Résultat : les prisons débordent de prévenus, très majoritairement masculins, appartenant aux minorités ethniques –maghrébines, sub-sahariennes, roms—, non parce qu’elles sont plus «toxiques» que les représentants des classes sociales moyennes et «gauloises», mais parce que le droit répressif concerne des actes majoritairement commis dans les classes populaires, décrypte-t-il : délits routiers, infractions à la législation sur les stupéfiants (ILS) et atteintes à l’autorité publique, comptent pour les tiers des incarcérations, explique-t-il. «En 20 ans, le nombre des condamnations a augmenté de 58% pour les premiers, 128% pour les deuxièmes et 74% pour les derniers. Par contraste, les condamnations pour homicides et vols avec arme qui constituaient chacun un peu plus d’un emprisonnement sur cent, reculaient respectivement de 16 et 48%. évolution remarquable: alors que les crimes les plus graves régressent (…), les délits qui progressent le plus spectaculairement sont en réalité ceux, souvent mineurs, dont la pénalisation relève d’un double mécanisme: le durcissement de la loi et le ciblage de son application».
Les ILS sont d’ailleurs les délits dont la pénalisation a connu, en France, la progression la plus spectaculaire: depuis le vote de la loi de 1970, le nombre des interpellations pour usage et trafic a été multiplié par 60, atteignant près de 150 000 et celui des interpellations pour usage simple a augmenté deux fois plus vite que celles pour revente ou trafic.
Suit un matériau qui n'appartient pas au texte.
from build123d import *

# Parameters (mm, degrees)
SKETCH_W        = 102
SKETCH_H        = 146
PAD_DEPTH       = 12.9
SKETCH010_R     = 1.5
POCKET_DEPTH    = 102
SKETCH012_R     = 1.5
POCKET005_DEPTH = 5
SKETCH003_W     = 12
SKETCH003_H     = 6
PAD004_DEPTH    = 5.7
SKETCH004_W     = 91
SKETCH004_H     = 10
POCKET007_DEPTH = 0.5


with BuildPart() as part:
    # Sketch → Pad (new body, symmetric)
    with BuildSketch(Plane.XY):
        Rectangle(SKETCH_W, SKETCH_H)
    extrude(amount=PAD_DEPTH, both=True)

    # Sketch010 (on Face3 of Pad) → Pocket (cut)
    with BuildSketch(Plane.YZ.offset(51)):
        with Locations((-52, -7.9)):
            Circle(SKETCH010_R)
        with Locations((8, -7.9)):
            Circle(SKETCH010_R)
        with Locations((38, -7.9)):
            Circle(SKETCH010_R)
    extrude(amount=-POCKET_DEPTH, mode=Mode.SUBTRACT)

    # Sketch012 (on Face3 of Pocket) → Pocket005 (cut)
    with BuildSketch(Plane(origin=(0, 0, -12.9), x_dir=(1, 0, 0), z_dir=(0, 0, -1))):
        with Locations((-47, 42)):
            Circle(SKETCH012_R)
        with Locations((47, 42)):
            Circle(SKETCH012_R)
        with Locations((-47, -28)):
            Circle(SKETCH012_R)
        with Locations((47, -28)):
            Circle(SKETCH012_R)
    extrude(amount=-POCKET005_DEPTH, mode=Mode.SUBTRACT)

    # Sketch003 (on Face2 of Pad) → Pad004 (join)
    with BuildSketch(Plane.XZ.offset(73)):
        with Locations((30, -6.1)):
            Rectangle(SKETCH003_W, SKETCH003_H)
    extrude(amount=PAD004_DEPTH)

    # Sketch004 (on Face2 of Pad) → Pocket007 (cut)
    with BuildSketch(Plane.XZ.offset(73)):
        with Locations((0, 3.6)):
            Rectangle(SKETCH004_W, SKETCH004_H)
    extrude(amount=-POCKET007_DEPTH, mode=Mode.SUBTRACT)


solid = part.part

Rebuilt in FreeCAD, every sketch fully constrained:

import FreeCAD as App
import Part
import Sketcher
from FreeCAD import Vector


def add_polygon(sketch, points):
    """Adds a closed chain of lines whose ends are joined by coincident constraints."""
    first, n = sketch.GeometryCount, len(points)
    for a, b in zip(points, points[1:] + points[:1]):
        sketch.addGeometry(Part.LineSegment(App.Vector(*a, 0), App.Vector(*b, 0)), False)
    for i in range(n):
        sketch.addConstraint(Sketcher.Constraint("Coincident", first + i, 2, first + (i + 1) % n, 1))

doc = App.newDocument("Part")
params = doc.addObject("Spreadsheet::Sheet", "Params")
for row, (alias, value) in enumerate([
    ("sketch1_width", "102 mm"),
    ("sketch1_height", "146 mm"),
    ("pad1_length", "25.8 mm"),
    ("sketch2_diameter", "3 mm"),
    ("pocket1_length", "102 mm"),
    ("sketch3_diameter", "3 mm"),
    ("pocket2_length", "5 mm"),
    ("sketch4_width", "12 mm"),
    ("sketch4_height", "6 mm"),
    ("pad2_length", "5.7 mm"),
    ("sketch5_width", "91 mm"),
    ("sketch5_height", "10 mm"),
    ("pocket3_length", "0.5 mm"),
], start=1):
    params.set(f"A{row}", alias)
    params.set(f"B{row}", "=" + value)
    params.setAlias(f"B{row}", alias)

body = doc.addObject("PartDesign::Body", "Body")

# Sketch on XY plane
sketch1 = body.newObject("Sketcher::SketchObject", "Sketch")
sketch1.AttachmentSupport = (doc.getObject("XY_Plane"), [""])
sketch1.MapMode = "FlatFace"
add_polygon(sketch1, [(-51, 73), (-51, -73), (51, -73), (51, 73)])  # lines 0-3
sketch1.addConstraint([
    Sketcher.Constraint("Vertical", 0),
    Sketcher.Constraint("Horizontal", 1),
    Sketcher.Constraint("Vertical", 2),
    Sketcher.Constraint("Horizontal", 3),
    Sketcher.Constraint("Symmetric", 0, 2, 2, 2, -1, 1),
    Sketcher.Constraint("DistanceX", 1, 1, 1, 2, 102.0),
    Sketcher.Constraint("DistanceY", 0, 2, 0, 1, 146.0),
])
sketch1.setExpression("Constraints[9]", "Params.sketch1_width")
sketch1.setExpression("Constraints[10]", "Params.sketch1_height")
pad1 = body.newObject("PartDesign::Pad", "Pad")
pad1.Profile = sketch1
pad1.setExpression("Length", "Params.pad1_length")
pad1.Midplane = True

# Sketch on YZ plane
sketch2 = body.newObject("Sketcher::SketchObject", "Sketch001")
sketch2.AttachmentSupport = (doc.getObject("YZ_Plane"), [""])
sketch2.MapMode = "FlatFace"
sketch2.AttachmentOffset = App.Placement(Vector(0, 0, 51), App.Rotation())
sketch2.addGeometry([
    Part.Circle(Vector(-52, -7.9, 0), Vector(0, 0, 1), 1.5),
    Part.Circle(Vector(8, -7.9, 0), Vector(0, 0, 1), 1.5),
    Part.Circle(Vector(38, -7.9, 0), Vector(0, 0, 1), 1.5),
], False)
sketch2.addConstraint([
    Sketcher.Constraint("Equal", 0, 1),
    Sketcher.Constraint("Equal", 1, 2),
    Sketcher.Constraint("Horizontal", 0, 3, 1, 3),
    Sketcher.Constraint("Horizontal", 1, 3, 2, 3),
    Sketcher.Constraint("Diameter", 0, 3.0),
    Sketcher.Constraint("DistanceX", 0, 3, -1, 1, 52.0),
    Sketcher.Constraint("DistanceX", -1, 1, 1, 3, 8.0),
    Sketcher.Constraint("DistanceX", -1, 1, 2, 3, 38.0),
    Sketcher.Constraint("DistanceY", 0, 3, -1, 1, 7.9),
])
sketch2.setExpression("Constraints[4]", "Params.sketch2_diameter")
pocket1 = body.newObject("PartDesign::Pocket", "Pocket")
pocket1.Profile = sketch2
pocket1.setExpression("Length", "Params.pocket1_length")

# Sketch on XY plane
sketch3 = body.newObject("Sketcher::SketchObject", "Sketch002")
sketch3.AttachmentSupport = (doc.getObject("XY_Plane"), [""])
sketch3.MapMode = "FlatFace"
sketch3.AttachmentOffset = App.Placement(Vector(0, 0, -12.9), App.Rotation())
sketch3.addGeometry([
    Part.Circle(Vector(-47, -42, 0), Vector(0, 0, 1), 1.5),
    Part.Circle(Vector(47, -42, 0), Vector(0, 0, 1), 1.5),
    Part.Circle(Vector(-47, 28, 0), Vector(0, 0, 1), 1.5),
    Part.Circle(Vector(47, 28, 0), Vector(0, 0, 1), 1.5),
], False)
sketch3.addConstraint([
    Sketcher.Constraint("Equal", 0, 1),
    Sketcher.Constraint("Equal", 1, 2),
    Sketcher.Constraint("Equal", 2, 3),
    Sketcher.Constraint("Symmetric", 0, 3, 1, 3, -2),
    Sketcher.Constraint("Symmetric", 2, 3, 3, 3, -2),
    Sketcher.Constraint("Vertical", 0, 3, 2, 3),
    Sketcher.Constraint("Diameter", 0, 3.0),
    Sketcher.Constraint("DistanceX", 0, 3, -1, 1, 47.0),
    Sketcher.Constraint("DistanceY", 0, 3, -1, 1, 42.0),
    Sketcher.Constraint("DistanceY", -1, 1, 2, 3, 28.0),
])
sketch3.setExpression("Constraints[6]", "Params.sketch3_diameter")
pocket2 = body.newObject("PartDesign::Pocket", "Pocket001")
pocket2.Profile = sketch3
pocket2.setExpression("Length", "Params.pocket2_length")
pocket2.Reversed = True

# Sketch on XZ plane
sketch4 = body.newObject("Sketcher::SketchObject", "Sketch003")
sketch4.AttachmentSupport = (doc.getObject("XZ_Plane"), [""])
sketch4.MapMode = "FlatFace"
sketch4.AttachmentOffset = App.Placement(Vector(0, 0, 73), App.Rotation())
add_polygon(sketch4, [(24, -3), (24, -9), (36, -9), (36, -3)])  # lines 0-3
sketch4.addConstraint([
    Sketcher.Constraint("Vertical", 0),
    Sketcher.Constraint("Horizontal", 1),
    Sketcher.Constraint("Vertical", 2),
    Sketcher.Constraint("Horizontal", 3),
    Sketcher.Constraint("DistanceX", 1, 1, 1, 2, 12.0),
    Sketcher.Constraint("DistanceY", 0, 2, 0, 1, 6.0),
    Sketcher.Constraint("DistanceX", -1, 1, 0, 2, 24.0),
    Sketcher.Constraint("DistanceY", 0, 2, -1, 1, 9.1),
])
sketch4.setExpression("Constraints[8]", "Params.sketch4_width")
sketch4.setExpression("Constraints[9]", "Params.sketch4_height")
pad2 = body.newObject("PartDesign::Pad", "Pad001")
pad2.Profile = sketch4
pad2.setExpression("Length", "Params.pad2_length")

# Sketch on XZ plane
sketch5 = body.newObject("Sketcher::SketchObject", "Sketch004")
sketch5.AttachmentSupport = (doc.getObject("XZ_Plane"), [""])
sketch5.MapMode = "FlatFace"
sketch5.AttachmentOffset = App.Placement(Vector(0, 0, 73), App.Rotation())
add_polygon(sketch5, [(-46, 9), (-46, -1), (46, -1), (46, 9)])  # lines 0-3
sketch5.addConstraint([
    Sketcher.Constraint("Vertical", 0),
    Sketcher.Constraint("Horizontal", 1),
    Sketcher.Constraint("Vertical", 2),
    Sketcher.Constraint("Horizontal", 3),
    Sketcher.Constraint("DistanceX", 1, 1, 1, 2, 91.0),
    Sketcher.Constraint("DistanceY", 0, 2, 0, 1, 10.0),
    Sketcher.Constraint("DistanceX", 0, 2, -1, 1, 45.5),
    Sketcher.Constraint("DistanceY", 0, 2, -1, 1, 1.4),
])
sketch5.setExpression("Constraints[8]", "Params.sketch5_width")
sketch5.setExpression("Constraints[9]", "Params.sketch5_height")
pocket3 = body.newObject("PartDesign::Pocket", "Pocket002")
pocket3.Profile = sketch5
pocket3.setExpression("Length", "Params.pocket3_length")

doc.recompute()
Le nombre des condamnations a doublé au cours des deux dernières décennies, mais a triplé pour les seuls usages, jusqu’à en constituer plus de la moitié. «Quant aux peines d’emprisonnement, si elles demeurent minoritaires par rapport aux peines de substitution, on constate néanmoins leur doublement en 30 ans et, là encore, la progression récente la plus rapide concerne l’usage simple» (surtout de cannabis aujourd’hui).
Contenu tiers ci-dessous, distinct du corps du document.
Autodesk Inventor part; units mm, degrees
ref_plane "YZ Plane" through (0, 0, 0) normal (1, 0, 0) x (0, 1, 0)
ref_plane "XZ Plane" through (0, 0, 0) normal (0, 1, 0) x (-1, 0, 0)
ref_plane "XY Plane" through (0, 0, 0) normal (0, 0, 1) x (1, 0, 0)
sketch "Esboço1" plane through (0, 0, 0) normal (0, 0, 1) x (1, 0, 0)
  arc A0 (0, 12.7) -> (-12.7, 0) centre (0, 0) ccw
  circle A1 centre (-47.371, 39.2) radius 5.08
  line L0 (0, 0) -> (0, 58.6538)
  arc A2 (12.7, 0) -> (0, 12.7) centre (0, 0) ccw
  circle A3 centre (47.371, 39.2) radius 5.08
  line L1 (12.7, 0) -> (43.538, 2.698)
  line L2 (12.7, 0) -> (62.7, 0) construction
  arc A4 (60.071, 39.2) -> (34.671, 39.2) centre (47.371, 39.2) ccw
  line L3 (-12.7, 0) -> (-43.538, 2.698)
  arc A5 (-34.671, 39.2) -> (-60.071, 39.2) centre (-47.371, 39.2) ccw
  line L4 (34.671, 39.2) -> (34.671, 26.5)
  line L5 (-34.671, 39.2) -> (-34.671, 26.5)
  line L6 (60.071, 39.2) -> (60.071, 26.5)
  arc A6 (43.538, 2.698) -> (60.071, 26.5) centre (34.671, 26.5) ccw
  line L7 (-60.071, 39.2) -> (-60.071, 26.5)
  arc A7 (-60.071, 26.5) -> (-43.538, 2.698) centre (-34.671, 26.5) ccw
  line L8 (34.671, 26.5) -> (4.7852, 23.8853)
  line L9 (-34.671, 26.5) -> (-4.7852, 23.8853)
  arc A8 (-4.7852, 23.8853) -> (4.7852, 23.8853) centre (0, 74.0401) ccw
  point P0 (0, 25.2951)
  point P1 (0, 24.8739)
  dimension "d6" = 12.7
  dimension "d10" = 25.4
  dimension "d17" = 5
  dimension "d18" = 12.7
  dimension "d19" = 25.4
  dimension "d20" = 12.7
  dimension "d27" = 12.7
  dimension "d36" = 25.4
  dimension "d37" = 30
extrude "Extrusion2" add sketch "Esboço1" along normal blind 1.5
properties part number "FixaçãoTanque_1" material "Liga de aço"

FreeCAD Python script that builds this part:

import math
import FreeCAD as App
import Part
import Sketcher
from FreeCAD import Vector
Q = App.Units.Quantity

doc = App.newDocument("Part")
body = doc.addObject("PartDesign::Body", "Body")

# Sketch on XY plane
sketch1 = body.newObject("Sketcher::SketchObject", "Sketch")
sketch1.AttachmentSupport = (doc.getObject("XY_Plane"), [""])
sketch1.MapMode = "FlatFace"
sketch1.addGeometry(Part.ArcOfCircle(Part.Circle(Vector(0, 0, 0), Vector(0, 0, 1), 13), math.radians(0), math.radians(180)), False)
sketch1.addGeometry(Part.LineSegment(Vector(13, 0, 0), Vector(44, 3, 0)), False)
sketch1.addGeometry(Part.ArcOfCircle(Part.Circle(Vector(35, 26, 0), Vector(0, 0, 1), 25), math.radians(-70), math.radians(0)), False)
sketch1.addGeometry(Part.LineSegment(Vector(60, 26, 0), Vector(60, 39, 0)), False)
sketch1.addGeometry(Part.ArcOfCircle(Part.Circle(Vector(47, 39, 0), Vector(0, 0, 1), 13), math.radians(0), math.radians(180)), False)
sketch1.addGeometry(Part.LineSegment(Vector(35, 39, 0), Vector(35, 26, 0)), False)
sketch1.addGeometry(Part.LineSegment(Vector(35, 26, 0), Vector(5, 24, 0)), False)
sketch1.addGeometry(Part.ArcOfCircle(Part.Circle(Vector(0, 74, 0), Vector(0, 0, 1), 50), math.radians(-95.45), math.radians(-84.55)), False)
sketch1.addGeometry(Part.LineSegment(Vector(-5, 24, 0), Vector(-35, 26, 0)), False)
sketch1.addGeometry(Part.LineSegment(Vector(-35, 26, 0), Vector(-35, 39, 0)), False)
sketch1.addGeometry(Part.ArcOfCircle(Part.Circle(Vector(-47, 39, 0), Vector(0, 0, 1), 13), math.radians(0), math.radians(180)), False)
sketch1.addGeometry(Part.LineSegment(Vector(-60, 39, 0), Vector(-60, 26, 0)), False)
sketch1.addGeometry(Part.ArcOfCircle(Part.Circle(Vector(-35, 26, 0), Vector(0, 0, 1), 25), math.radians(180), math.radians(250)), False)
sketch1.addGeometry(Part.LineSegment(Vector(-44, 3, 0), Vector(-13, 0, 0)), False)
sketch1.addGeometry(Part.Circle(Vector(-47, 39, 0), Vector(0, 0, 1), 5), False)
sketch1.addGeometry(Part.Circle(Vector(47, 39, 0), Vector(0, 0, 1), 5), False)
sketch1.addConstraint(Sketcher.Constraint("Coincident", 0, 1, 1, 1))
sketch1.addConstraint(Sketcher.Constraint("Coincident", 1, 2, 2, 1))
sketch1.addConstraint(Sketcher.Constraint("Tangent", 2, 2, 3, 1))
sketch1.addConstraint(Sketcher.Constraint("Tangent", 3, 2, 4, 1))
sketch1.addConstraint(Sketcher.Constraint("Tangent", 4, 2, 5, 1))
sketch1.addConstraint(Sketcher.Constraint("Coincident", 5, 2, 6, 1))
sketch1.addConstraint(Sketcher.Constraint("Coincident", 6, 2, 7, 2))
sketch1.addConstraint(Sketcher.Constraint("Coincident", 7, 1, 8, 1))
sketch1.addConstraint(Sketcher.Constraint("Coincident", 8, 2, 9, 1))
sketch1.addConstraint(Sketcher.Constraint("Tangent", 9, 2, 10, 1))
sketch1.addConstraint(Sketcher.Constraint("Tangent", 10, 2, 11, 1))
sketch1.addConstraint(Sketcher.Constraint("Tangent", 11, 2, 12, 1))
sketch1.addConstraint(Sketcher.Constraint("Coincident", 12, 2, 13, 1))
sketch1.addConstraint(Sketcher.Constraint("Coincident", 13, 2, 0, 2))
sketch1.addConstraint(Sketcher.Constraint("Vertical", 3))
sketch1.addConstraint(Sketcher.Constraint("Vertical", 5))
sketch1.addConstraint(Sketcher.Constraint("Vertical", 9))
sketch1.addConstraint(Sketcher.Constraint("Vertical", 11))
sketch1.addConstraint(Sketcher.Constraint("Coincident", 0, 3, -1, 1))
sketch1.addConstraint(Sketcher.Constraint("Coincident", 14, 3, 10, 3))
sketch1.addConstraint(Sketcher.Constraint("Coincident", 15, 3, 4, 3))
sketch1.addConstraint(Sketcher.Constraint("Coincident", 5, 2, 2, 3))
sketch1.addConstraint(Sketcher.Constraint("Coincident", 8, 2, 12, 3))
sketch1.addConstraint(Sketcher.Constraint("Equal", 0, 4))
sketch1.addConstraint(Sketcher.Constraint("Equal", 4, 10))
sketch1.addConstraint(Sketcher.Constraint("Equal", 14, 15))
sketch1.addConstraint(Sketcher.Constraint("Symmetric", 4, 3, 10, 3, -2))
sketch1.addConstraint(Sketcher.Constraint("Symmetric", 6, 2, 7, 1, -2))
sketch1.addConstraint(Sketcher.Constraint("Symmetric", 1, 2, 12, 2, -2))
sketch1.addConstraint(Sketcher.Constraint("PointOnObject", 0, 1, -1))
sketch1.addConstraint(Sketcher.Constraint("PointOnObject", 13, 2, -1))
sketch1.addConstraint(Sketcher.Constraint("Parallel", 1, 6))
sketch1.addConstraint(Sketcher.Constraint("Radius", 2, Q("1 in")))
sketch1.addConstraint(Sketcher.Constraint("DistanceY", 3, 1, 3, 2, Q("0.5 in")))
sketch1.addConstraint(Sketcher.Constraint("Angle", 1, Q("5 deg")))
sketch1.addConstraint(Sketcher.Constraint("Diameter", 14, Q("0.4 in")))
sketch1.addConstraint(Sketcher.Constraint("Distance", 6, Q("1.1811 in")))
sketch1.addConstraint(Sketcher.Constraint("Radius", 7, 50.3826))
sketch1.addConstraint(Sketcher.Constraint("DistanceX", 10, 3, 2, 3, Q("3.23 in")))
sketch1.addConstraint(Sketcher.Constraint("DistanceY", -1, 1, 2, 3, Q("1.0433 in")))
pad1 = body.newObject("PartDesign::Pad", "Pad")
pad1.Profile = sketch1
pad1.Length = 1.5

doc.recompute()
À cela s’ajoute le fait que ces délits donnent massivement lieu au déferrement au Parquet par la police en procédure de flagrance, dispositif particulièrement défavorable parce que pourvoyeur de peines de prison ferme: sept fois plus en comparution immédiate, et dix fois plus lorsque le prévenu se présente détenu que dans le cadre de la procédure correctionnelle traditionnelle.
Vacuité et sorties sèches.
Enfin, la plupart des personnes incarcérées dans les maisons d’arrêt sont des prévenus en attente d’un procès et des condamnés à des courtes peines. Compte tenu de la faiblesse de l’offre de travail (environ un poste pour six à sept détenus), de formation, d’enseignement et de sport, et donc des délais bien supérieurs à six mois pour accéder à ces diverses activités, ces prévenus et «les courtes peines» ne sont pas prioritaires. De toute façon, ils n’ont pas le temps d’en bénéficier, juste celui, bien trop long, de vivre dans des cellules surpeuplées, de subir (et exercer aussi) des violences incessantes, d’essuyer les mesures de surveillances tatillonnes et vexatoires… Pour eux, le seul moment hors de la cellule, sont les deux heures quotidiennes de promenade!
Ils ne seront pas non plus pris en charge par les services d’insertion et de probation qui concentrent leurs efforts et leurs moyens sur l’aménagement de peine des condamnés à des emprisonnements plus longs, explique Didier Fassin. Alors, ils n’ont pas grand chose pour «meubler» la vacuité de leurs journées entre ces murs, évidemment plus «criminogènes» que «réhabilitatrices», malgré l’effort des surveillants et de la direction pour normaliser leur prison (par exemple, en instaurant un «quartier arrivant» pour éviter le choc carcéral, en ouvrant les commissions de discipline aux avocats, etc.). Au final, sept détenus sur huit de la maison d’arrêt dans laquelle l’auteur a enquêté la quittent en «sortie sèche», sans préparation ni transition.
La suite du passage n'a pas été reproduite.